The Gra's Teaching on Halakha and Custom
The Gra's legacy
By Rav Elyakim Krumbein
This shiur is dedicated in
memory of Israel Koschitzky zt"l,
whose yahrzeit falls on the 19th of Kislev.
May the world-wide dissemination of Torah through the VBM
be a fitting tribute to a man whose lifetime achievements
exemplified the love of Eretz Yisrael and Torat Yisrael.
SHIUR #19: THE GRA'S TEACHINGS ON HALAKHA AND CUSTOM
As we know, the Gra was first and foremost an extraordinary Halakhist. It stands to reason that the Gra's methods of halakhic decision-making were shaped in light of his one-of-a-kind personality and the unique manner in which he developed into one of the greatest Torah authorities in Israel. In this shiur we shall examine these issues.

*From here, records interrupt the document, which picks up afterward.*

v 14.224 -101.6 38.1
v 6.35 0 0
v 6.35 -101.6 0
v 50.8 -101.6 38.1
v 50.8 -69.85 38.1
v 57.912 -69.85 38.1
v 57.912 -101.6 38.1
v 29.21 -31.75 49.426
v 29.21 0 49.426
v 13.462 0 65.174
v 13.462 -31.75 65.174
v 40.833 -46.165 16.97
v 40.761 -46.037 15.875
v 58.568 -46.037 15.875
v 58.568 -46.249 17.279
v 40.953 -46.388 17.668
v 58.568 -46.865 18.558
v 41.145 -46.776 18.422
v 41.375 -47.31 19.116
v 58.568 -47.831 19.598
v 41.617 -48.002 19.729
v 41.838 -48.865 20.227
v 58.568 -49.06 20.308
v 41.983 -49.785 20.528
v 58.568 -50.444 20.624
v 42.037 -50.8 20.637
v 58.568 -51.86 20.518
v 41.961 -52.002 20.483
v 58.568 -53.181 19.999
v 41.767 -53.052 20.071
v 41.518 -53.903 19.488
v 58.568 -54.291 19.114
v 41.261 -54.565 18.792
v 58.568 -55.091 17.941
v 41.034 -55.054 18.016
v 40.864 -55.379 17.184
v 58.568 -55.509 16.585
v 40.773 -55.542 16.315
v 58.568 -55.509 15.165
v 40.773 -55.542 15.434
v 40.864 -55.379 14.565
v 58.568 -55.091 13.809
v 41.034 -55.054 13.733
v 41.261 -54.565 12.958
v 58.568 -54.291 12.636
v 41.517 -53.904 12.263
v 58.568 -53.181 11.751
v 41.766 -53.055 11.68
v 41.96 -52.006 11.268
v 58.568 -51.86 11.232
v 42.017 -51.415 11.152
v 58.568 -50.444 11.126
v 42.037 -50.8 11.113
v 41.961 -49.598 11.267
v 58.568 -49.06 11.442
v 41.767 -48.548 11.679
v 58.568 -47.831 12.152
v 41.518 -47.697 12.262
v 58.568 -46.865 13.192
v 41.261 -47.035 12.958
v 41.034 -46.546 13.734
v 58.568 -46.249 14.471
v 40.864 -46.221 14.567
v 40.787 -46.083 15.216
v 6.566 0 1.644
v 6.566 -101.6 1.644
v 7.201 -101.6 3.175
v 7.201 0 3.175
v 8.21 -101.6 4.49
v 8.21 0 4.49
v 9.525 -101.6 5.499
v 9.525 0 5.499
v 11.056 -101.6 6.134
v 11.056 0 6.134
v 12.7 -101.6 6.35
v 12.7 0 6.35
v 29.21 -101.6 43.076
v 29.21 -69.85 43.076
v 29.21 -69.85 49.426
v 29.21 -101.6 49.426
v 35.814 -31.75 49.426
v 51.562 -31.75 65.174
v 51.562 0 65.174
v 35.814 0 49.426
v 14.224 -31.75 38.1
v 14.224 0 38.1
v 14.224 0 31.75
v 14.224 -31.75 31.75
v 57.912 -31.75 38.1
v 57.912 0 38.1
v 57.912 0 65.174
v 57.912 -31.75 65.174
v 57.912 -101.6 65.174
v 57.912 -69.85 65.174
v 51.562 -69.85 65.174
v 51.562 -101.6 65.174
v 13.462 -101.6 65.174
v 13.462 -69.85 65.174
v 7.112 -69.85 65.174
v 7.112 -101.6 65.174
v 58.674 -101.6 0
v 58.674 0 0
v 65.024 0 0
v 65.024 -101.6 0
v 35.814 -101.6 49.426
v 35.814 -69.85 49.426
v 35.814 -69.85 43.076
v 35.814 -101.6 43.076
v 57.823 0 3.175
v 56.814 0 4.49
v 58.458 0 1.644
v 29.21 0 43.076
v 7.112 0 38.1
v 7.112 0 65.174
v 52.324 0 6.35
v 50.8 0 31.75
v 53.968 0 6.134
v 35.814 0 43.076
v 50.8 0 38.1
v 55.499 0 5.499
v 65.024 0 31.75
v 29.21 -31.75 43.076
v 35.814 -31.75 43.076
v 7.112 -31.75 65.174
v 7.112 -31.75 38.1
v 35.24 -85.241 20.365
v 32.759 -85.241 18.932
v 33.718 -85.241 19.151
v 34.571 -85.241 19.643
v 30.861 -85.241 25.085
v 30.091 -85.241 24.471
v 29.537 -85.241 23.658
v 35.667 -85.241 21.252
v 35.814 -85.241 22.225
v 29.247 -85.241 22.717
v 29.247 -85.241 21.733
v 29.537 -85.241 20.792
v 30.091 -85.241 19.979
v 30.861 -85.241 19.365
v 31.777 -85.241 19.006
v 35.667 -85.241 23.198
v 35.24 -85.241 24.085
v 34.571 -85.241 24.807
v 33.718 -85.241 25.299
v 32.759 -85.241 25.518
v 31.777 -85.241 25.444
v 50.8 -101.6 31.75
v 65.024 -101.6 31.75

The Gra's early biographers summarized the manner in which he grew into a great Torah authority, saying:
From his youth he did not gain wisdom and understanding and Torah from a rabbi or teacher, and builders did not toil with the pure soul of this righteous man, and they had no part in the preparation of his greatness. His might was his own, he was lofty all by himself, holy from the womb. From the dawn of his childhood, wisdom and knowledge raised him like a father Like a spring he grew strong, overflowed and passed through, and not from a rabbi or friend.
The Gaon of Vilna did, of course, have teachers. For example, when he was a child he studied with the author of the "Penei Moshe" commentary to the Yerushalmi. The common impression, however, among his contemporaries is that in a very short time there was nobody capable of teaching him. Thus, the assessment is that the Gra did not have any mortal teachers. He was "holy from the womb"; he learned Torah by himself, directly and without mediators. "Hs entire genius was exclusively his own." As was noted by the author of "Aliyot Eliyahu," this stands in absolute contradiction to Chazal's assertion: "One who learns on his own cannot be likened to one who learns from his teacher." This statement of Chazal is not valid in the case of the exceptional greatness of the Gaon.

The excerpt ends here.